» Excerpts from a dataset
□ □ □

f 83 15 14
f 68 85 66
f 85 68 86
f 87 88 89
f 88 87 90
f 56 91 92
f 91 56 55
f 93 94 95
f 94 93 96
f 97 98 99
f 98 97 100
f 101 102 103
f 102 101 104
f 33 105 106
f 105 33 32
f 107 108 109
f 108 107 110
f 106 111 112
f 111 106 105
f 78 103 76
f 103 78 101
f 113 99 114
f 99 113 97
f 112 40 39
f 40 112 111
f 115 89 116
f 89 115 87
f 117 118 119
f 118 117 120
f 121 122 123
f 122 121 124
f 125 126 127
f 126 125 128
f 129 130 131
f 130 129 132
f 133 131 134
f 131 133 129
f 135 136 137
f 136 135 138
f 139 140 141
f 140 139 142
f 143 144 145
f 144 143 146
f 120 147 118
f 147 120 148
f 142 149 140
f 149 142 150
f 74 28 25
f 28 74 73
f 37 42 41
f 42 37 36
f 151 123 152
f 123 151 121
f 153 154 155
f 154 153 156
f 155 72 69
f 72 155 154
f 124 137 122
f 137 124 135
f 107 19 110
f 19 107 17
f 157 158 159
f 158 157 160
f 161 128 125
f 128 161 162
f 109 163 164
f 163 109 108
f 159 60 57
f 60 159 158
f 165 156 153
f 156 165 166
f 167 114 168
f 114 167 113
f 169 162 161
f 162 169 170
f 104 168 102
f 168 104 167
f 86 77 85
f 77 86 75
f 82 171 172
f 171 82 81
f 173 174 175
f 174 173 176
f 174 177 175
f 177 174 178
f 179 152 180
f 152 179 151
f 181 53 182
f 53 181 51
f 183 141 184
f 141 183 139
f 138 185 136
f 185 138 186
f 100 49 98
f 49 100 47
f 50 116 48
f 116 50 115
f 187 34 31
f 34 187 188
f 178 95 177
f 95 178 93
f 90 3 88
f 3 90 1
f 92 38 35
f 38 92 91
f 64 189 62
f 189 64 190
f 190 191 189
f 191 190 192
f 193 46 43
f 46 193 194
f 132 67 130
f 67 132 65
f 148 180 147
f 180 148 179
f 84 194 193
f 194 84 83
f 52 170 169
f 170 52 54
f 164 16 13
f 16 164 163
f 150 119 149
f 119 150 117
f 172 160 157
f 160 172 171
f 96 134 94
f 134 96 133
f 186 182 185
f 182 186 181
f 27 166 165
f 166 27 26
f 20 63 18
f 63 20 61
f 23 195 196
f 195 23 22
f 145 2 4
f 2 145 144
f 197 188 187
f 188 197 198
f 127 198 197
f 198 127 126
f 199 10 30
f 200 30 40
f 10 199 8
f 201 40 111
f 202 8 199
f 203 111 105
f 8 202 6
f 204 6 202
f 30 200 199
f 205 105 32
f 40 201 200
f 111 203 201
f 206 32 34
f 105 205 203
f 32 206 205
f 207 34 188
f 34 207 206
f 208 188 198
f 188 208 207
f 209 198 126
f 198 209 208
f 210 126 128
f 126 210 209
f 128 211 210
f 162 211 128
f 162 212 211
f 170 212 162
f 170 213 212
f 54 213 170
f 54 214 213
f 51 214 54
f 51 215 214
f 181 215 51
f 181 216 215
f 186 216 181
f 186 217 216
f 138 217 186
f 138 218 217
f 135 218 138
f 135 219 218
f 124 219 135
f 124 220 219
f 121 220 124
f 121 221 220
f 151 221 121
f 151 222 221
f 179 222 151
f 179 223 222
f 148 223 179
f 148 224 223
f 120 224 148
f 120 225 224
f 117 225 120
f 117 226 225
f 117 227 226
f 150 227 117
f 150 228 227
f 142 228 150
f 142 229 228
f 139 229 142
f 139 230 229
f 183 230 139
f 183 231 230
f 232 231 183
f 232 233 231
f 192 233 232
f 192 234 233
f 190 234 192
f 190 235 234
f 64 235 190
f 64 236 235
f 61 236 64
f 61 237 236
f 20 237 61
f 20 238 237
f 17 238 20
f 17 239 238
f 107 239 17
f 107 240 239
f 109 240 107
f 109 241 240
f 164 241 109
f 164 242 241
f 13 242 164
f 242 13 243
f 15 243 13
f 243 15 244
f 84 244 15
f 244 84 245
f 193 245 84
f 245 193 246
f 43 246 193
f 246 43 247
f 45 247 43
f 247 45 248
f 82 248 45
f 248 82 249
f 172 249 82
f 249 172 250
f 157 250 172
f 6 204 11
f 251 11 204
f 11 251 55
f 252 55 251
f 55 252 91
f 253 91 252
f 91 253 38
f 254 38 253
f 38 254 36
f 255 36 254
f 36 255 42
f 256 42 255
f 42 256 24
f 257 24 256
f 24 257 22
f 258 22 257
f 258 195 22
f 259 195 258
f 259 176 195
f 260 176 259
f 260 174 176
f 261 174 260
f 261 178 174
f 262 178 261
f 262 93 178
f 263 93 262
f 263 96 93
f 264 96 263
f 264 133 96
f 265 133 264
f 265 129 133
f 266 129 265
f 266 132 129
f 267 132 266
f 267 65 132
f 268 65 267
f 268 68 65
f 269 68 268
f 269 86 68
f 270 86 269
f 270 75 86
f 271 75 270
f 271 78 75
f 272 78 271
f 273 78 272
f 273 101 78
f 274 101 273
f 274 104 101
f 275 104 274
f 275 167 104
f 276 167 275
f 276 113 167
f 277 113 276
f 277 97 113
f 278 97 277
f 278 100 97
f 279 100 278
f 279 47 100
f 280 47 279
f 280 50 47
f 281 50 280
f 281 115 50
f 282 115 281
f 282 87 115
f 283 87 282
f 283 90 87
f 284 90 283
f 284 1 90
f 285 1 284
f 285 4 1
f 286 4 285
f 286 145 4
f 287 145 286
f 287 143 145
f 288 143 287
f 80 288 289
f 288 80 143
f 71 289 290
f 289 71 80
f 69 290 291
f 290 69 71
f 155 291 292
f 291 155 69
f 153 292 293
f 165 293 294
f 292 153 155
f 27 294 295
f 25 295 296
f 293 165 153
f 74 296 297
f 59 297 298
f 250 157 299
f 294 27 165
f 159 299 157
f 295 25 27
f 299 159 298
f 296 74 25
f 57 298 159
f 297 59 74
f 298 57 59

□ □ □

» ABOUT THIS EXERCISE
An exact, complete copy of the lines above from the one with "f 24 257 22" through the one with "f 280 47 279" is the whole answer.

» ANSWER
f 24 257 22
f 258 22 257
f 258 195 22
f 259 195 258
f 259 176 195
f 260 176 259
f 260 174 176
f 261 174 260
f 261 178 174
f 262 178 261
f 262 93 178
f 263 93 262
f 263 96 93
f 264 96 263
f 264 133 96
f 265 133 264
f 265 129 133
f 266 129 265
f 266 132 129
f 267 132 266
f 267 65 132
f 268 65 267
f 268 68 65
f 269 68 268
f 269 86 68
f 270 86 269
f 270 75 86
f 271 75 270
f 271 78 75
f 272 78 271
f 273 78 272
f 273 101 78
f 274 101 273
f 274 104 101
f 275 104 274
f 275 167 104
f 276 167 275
f 276 113 167
f 277 113 276
f 277 97 113
f 278 97 277
f 278 100 97
f 279 100 278
f 279 47 100
f 280 47 279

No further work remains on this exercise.